Indexing on specific Fields in an Array of objects

{
  "animals": [
    {
      "type": "mammal",
      "species": "dog",
      "name": "FIDO"
    },
    {
      "type": "reptile",
      "species": "lizard",
      "name": "GEICO"
    },
    {
      "type": "mammal",
      "species": "cat",
      "name": "DUSTY"
    }
  ]
}

Let’s say I have JSON documents of animals in various shelters (example above).
I want to create index on all documents that contain a mammal and also contain a specific species of animal (user-inputted).
Essentially, the query would look something like this:

SELECT name
FROM shelters
USE INDEX(shelter_idx)
WHERE ANY animal in animals SATISFIES animal.type = "mammal"
AND animal.species = ${species_value} END # this could be "cat" for example
limit 100;

My idea for an index would look something like this:

CREATE INDEX `shelter_idx`
  ON `bucket`(DISTINCT ARRAY animal.type FOR animal IN animals WHEN animal.type = "mammal"
    AND animal.species END,
    name)
  WHERE animals IS VALUED
  AND name IS VALUED;

I’m honestly wondering if this can be simplified/improved past what I have currently and any suggestions/improvements on the topic would be appreciated!

Also I’ve looked online and found some relatively similar forum posts, but if anyone knows of a question similar to mine, a link would be appreciated as well!

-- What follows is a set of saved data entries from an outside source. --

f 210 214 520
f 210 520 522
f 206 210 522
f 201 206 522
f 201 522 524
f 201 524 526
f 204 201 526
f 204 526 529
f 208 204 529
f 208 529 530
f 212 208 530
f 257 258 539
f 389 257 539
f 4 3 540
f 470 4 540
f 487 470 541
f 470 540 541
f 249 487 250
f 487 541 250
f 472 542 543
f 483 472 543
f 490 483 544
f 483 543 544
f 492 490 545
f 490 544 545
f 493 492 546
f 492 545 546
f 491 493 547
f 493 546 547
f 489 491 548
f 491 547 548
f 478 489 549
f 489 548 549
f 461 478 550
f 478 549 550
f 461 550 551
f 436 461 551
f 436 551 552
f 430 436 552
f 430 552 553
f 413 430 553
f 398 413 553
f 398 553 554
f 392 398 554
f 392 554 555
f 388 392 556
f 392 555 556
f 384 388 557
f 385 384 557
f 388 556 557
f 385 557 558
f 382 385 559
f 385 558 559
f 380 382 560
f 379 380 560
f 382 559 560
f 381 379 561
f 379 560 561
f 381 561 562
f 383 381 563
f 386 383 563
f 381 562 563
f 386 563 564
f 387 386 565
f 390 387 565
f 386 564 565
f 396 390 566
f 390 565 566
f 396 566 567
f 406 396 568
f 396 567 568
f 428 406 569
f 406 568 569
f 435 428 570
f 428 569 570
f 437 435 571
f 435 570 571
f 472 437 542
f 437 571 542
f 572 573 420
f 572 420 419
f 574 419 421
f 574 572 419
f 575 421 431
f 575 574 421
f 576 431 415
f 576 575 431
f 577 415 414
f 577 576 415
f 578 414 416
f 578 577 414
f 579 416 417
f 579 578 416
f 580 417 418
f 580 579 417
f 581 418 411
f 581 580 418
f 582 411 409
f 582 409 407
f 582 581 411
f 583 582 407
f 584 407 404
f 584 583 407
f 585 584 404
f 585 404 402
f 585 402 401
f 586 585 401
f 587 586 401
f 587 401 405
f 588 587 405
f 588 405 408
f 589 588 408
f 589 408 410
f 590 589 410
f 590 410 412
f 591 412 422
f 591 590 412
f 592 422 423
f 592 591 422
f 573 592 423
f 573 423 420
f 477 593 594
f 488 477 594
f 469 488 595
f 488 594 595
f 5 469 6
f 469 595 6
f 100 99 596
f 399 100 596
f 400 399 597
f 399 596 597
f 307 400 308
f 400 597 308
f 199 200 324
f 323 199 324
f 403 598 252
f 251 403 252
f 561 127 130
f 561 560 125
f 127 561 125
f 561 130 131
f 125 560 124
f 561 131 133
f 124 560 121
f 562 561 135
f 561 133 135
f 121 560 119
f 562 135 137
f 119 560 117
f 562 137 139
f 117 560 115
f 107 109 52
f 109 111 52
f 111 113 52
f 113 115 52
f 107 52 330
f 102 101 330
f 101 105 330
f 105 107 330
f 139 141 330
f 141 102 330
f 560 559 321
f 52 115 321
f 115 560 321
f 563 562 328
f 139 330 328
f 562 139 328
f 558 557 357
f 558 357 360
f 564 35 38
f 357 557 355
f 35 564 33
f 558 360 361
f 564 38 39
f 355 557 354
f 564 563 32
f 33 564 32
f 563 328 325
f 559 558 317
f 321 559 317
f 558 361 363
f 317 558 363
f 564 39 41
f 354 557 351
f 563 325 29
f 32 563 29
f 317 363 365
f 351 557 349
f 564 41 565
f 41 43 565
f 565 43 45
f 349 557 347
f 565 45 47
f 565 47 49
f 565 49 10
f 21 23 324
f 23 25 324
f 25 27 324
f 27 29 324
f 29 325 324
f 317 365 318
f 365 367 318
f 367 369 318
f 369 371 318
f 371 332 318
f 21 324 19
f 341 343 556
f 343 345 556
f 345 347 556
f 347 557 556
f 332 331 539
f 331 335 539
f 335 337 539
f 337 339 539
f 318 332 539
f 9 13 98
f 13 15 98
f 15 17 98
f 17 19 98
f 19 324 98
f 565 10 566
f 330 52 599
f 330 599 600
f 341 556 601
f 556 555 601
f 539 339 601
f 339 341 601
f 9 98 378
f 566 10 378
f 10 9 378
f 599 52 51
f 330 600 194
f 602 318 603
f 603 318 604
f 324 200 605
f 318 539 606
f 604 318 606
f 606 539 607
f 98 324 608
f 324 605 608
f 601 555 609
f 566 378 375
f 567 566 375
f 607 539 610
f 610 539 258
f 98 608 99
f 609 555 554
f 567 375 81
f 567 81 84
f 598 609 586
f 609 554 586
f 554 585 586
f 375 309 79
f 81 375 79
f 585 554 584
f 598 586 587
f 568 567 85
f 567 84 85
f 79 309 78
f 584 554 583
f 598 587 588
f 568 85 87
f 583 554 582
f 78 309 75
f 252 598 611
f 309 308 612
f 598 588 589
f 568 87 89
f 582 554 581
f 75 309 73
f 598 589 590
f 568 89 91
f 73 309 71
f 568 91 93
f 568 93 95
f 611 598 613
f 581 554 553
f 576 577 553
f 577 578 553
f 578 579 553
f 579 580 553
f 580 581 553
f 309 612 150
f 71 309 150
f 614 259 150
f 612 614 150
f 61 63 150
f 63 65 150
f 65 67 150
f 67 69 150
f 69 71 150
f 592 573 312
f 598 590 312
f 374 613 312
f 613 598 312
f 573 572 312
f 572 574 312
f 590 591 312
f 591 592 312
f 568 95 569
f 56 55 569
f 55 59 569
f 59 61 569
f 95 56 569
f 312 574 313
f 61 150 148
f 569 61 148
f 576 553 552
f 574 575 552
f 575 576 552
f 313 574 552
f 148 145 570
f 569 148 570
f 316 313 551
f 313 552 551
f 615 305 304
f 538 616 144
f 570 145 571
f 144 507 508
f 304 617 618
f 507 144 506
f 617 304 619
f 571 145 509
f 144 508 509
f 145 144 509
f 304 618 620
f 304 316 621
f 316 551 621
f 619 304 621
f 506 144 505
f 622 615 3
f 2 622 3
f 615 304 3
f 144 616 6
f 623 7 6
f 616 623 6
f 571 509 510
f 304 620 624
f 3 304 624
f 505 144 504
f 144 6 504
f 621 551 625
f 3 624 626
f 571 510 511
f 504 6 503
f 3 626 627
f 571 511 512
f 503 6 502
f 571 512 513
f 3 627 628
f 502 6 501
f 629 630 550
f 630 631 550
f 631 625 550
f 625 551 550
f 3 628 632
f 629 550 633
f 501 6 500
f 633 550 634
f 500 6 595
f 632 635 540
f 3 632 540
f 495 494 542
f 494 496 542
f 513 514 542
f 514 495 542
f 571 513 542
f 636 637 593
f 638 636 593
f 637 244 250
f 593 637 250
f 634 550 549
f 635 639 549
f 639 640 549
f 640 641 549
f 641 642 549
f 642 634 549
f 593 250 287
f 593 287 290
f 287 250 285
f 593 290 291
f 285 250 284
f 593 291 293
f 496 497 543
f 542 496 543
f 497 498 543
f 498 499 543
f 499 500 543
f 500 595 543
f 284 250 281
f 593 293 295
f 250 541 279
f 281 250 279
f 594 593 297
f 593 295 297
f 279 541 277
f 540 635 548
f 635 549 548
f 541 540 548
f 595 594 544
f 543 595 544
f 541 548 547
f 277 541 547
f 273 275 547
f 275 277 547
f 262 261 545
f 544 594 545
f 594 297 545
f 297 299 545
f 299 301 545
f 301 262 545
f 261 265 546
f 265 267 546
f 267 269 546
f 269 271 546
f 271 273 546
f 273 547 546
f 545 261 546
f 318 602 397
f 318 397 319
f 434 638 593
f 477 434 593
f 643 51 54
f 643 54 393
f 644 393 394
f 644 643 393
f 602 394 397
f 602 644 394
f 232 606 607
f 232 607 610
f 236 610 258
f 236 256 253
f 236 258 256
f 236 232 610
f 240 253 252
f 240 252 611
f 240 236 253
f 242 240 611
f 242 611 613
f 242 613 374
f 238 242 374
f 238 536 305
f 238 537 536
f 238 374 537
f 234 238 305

Please try the index below:
CREATE INDEX shelter_idx
ON shelters(DISTINCT ARRAY animal.species FOR animal IN animals WHEN animal.type = “mammal” END,
name);
And refer to the execution plan as follows:
{
#operator”: “Sequence”,
“~children”: [
{
#operator”: “Sequence”,
“~children”: [
{
#operator”: “DistinctScan”,
“limit”: “100”,
“scan”: {
#operator”: “IndexScan3”,
“covers”: [
“cover ((distinct (array (animal.species) for animal in (shelters.animals) when ((animal.type) = “mammal”) end)))”,
“cover ((shelters.name))”,
“cover ((meta(shelters).id))”
],
“filter_covers”: {
“cover (any animal in (shelters.animals) satisfies (((animal.type) = “mammal”) and ((animal.species) = “cat”)) end)”: true
},
“index”: “shelter_idx”,
“index_id”: “b123cb17bd3ecda8”,
“index_projection”: {
“entry_keys”: [
1
],
“primary_key”: true
},
“keyspace”: “shelters”,
“namespace”: “default”,
“spans”: [
{
“exact”: true,
“range”: [
{
“high”: ““cat””,
“inclusion”: 3,
“low”: ““cat””
}
]
}
],
“using”: “gsi”
}
},
{
#operator”: “Parallel”,
“~child”: {
#operator”: “Sequence”,
“~children”: [
{
#operator”: “Filter”,
“condition”: “cover (any animal in (shelters.animals) satisfies (((animal.type) = “mammal”) and ((animal.species) = “cat”)) end)”
},
{
#operator”: “InitialProject”,
“result_terms”: [
{
“expr”: “cover ((shelters.name))”
}
]
},
{
#operator”: “FinalProject”
}
]
}
}
]
},
{
#operator”: “Limit”,
“expr”: “100”
}
]
}

1 Like

Sorry for the late reply, but I’ll try this, thanks!